** ASSIGNMENT **
Read the records and gather each line that includes "section".

(Stored data)
Content starts
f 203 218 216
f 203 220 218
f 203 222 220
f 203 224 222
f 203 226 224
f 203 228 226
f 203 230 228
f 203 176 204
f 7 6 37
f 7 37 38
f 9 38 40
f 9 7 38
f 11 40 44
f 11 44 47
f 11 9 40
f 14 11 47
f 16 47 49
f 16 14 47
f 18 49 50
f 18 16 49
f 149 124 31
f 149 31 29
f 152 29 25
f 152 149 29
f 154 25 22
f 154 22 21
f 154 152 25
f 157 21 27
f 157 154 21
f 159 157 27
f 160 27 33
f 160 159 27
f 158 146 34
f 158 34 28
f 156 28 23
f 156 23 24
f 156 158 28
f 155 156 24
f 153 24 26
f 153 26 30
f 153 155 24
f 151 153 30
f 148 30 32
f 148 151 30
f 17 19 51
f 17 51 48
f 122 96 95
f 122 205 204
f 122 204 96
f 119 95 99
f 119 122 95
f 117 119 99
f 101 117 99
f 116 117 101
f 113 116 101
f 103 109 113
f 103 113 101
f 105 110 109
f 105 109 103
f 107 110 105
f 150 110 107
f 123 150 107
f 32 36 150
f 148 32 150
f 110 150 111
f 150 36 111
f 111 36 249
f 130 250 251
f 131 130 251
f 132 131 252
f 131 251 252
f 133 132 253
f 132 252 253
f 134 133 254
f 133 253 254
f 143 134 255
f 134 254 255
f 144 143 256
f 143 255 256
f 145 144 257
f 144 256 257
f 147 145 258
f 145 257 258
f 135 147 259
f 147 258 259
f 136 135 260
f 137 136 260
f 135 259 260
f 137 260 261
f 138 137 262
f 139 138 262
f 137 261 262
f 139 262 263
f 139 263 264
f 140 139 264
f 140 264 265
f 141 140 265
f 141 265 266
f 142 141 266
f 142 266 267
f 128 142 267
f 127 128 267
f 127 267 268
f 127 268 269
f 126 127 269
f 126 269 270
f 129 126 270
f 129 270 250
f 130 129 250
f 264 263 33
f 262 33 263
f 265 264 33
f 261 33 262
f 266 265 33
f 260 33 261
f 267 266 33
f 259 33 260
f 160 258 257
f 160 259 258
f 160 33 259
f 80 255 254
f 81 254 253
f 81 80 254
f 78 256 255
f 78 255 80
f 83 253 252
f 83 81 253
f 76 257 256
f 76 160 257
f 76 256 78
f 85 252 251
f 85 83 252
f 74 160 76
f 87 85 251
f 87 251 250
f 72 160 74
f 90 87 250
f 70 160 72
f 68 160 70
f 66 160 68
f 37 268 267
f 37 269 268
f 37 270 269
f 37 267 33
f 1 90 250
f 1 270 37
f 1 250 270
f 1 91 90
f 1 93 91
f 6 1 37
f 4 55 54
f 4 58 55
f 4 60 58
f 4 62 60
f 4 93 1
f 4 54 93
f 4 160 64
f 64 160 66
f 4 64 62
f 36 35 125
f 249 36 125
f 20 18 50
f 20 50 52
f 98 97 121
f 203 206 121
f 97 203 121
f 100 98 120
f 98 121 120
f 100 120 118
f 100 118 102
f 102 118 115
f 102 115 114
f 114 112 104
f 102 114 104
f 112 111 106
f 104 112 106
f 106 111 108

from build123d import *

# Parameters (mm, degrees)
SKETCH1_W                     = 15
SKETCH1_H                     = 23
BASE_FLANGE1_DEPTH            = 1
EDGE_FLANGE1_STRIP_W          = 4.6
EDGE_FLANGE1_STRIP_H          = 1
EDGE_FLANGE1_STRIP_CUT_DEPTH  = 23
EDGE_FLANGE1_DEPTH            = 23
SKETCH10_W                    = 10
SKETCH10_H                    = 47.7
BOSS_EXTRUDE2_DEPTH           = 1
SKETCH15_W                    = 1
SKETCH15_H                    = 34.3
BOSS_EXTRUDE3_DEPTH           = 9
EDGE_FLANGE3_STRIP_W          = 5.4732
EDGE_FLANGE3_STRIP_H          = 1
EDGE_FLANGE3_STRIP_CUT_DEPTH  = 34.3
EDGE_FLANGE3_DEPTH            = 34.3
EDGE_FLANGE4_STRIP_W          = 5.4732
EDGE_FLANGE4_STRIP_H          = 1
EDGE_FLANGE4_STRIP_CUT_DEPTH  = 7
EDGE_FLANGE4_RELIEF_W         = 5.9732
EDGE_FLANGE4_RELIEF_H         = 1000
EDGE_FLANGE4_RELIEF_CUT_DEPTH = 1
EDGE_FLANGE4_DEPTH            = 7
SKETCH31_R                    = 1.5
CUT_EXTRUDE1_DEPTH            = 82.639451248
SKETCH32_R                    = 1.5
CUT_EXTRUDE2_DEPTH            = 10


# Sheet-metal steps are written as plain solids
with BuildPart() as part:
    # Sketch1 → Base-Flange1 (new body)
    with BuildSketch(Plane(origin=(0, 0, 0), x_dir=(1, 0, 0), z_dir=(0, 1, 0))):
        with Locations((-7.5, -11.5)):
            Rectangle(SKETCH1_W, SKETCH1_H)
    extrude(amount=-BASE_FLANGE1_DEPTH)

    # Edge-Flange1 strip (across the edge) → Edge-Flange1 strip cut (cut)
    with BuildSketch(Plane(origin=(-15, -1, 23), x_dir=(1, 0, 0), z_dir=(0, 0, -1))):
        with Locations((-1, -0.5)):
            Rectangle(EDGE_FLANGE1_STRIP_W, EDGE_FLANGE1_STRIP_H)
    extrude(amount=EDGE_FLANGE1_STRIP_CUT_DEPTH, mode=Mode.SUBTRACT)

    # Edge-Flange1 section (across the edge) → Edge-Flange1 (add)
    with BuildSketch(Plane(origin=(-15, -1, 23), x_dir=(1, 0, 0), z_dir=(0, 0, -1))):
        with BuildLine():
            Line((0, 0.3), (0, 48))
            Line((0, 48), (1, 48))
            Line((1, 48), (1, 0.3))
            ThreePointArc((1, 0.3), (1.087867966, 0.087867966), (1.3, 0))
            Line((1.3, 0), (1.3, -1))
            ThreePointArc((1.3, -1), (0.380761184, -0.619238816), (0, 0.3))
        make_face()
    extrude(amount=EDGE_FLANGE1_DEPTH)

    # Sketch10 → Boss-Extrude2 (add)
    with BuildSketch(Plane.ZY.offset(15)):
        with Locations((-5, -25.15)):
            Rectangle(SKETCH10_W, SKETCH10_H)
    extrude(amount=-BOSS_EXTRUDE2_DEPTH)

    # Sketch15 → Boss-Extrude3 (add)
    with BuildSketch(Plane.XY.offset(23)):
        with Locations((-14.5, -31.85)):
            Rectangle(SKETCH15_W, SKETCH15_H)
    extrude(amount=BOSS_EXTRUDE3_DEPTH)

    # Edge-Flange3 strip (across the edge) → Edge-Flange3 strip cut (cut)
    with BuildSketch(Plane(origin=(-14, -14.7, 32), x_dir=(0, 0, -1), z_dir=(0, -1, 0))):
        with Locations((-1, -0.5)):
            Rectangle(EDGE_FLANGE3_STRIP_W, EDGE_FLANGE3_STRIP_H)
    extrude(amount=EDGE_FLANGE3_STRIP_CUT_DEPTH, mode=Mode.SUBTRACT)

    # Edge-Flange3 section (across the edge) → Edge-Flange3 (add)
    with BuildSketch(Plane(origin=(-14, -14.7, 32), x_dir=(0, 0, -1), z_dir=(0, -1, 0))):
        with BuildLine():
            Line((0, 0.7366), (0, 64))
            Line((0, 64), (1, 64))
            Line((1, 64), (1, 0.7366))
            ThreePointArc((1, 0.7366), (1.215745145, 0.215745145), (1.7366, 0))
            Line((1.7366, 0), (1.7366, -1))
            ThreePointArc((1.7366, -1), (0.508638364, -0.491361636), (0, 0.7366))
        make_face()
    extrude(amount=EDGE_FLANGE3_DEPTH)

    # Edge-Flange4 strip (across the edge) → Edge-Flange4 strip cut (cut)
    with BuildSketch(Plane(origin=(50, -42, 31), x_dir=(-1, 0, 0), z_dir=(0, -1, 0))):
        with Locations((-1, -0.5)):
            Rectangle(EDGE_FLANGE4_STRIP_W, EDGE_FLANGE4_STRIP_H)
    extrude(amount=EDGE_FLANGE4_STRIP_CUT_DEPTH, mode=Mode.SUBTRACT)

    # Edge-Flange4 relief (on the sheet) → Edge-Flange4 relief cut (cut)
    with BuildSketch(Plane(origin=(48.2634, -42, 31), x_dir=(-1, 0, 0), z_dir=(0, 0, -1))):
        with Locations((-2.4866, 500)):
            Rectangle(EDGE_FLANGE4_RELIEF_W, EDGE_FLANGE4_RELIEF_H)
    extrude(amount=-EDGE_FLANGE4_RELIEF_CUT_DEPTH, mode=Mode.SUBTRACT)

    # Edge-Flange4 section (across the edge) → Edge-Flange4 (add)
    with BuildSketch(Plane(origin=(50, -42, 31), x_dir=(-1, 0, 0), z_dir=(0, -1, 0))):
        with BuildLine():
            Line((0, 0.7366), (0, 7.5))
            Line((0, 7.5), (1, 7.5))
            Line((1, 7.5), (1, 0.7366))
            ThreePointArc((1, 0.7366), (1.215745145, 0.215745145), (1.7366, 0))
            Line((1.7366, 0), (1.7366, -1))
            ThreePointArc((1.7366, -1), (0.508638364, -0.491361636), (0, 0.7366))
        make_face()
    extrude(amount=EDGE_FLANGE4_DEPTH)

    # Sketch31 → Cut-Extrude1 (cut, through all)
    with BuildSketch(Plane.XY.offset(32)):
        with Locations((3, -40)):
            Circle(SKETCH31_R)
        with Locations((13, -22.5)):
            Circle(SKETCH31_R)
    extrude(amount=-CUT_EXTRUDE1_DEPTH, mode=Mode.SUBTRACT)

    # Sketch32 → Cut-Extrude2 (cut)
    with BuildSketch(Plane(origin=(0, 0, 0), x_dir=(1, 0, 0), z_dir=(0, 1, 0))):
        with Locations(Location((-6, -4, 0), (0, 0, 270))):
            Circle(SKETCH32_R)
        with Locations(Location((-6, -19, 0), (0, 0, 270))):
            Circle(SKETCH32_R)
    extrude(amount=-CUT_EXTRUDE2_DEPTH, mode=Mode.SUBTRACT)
Content ends
** ANSWER TO THIS PROBLEM **
    # Edge-Flange1 section (across the edge) → Edge-Flange1 (add)
    # Edge-Flange3 section (across the edge) → Edge-Flange3 (add)
    # Edge-Flange4 section (across the edge) → Edge-Flange4 (add)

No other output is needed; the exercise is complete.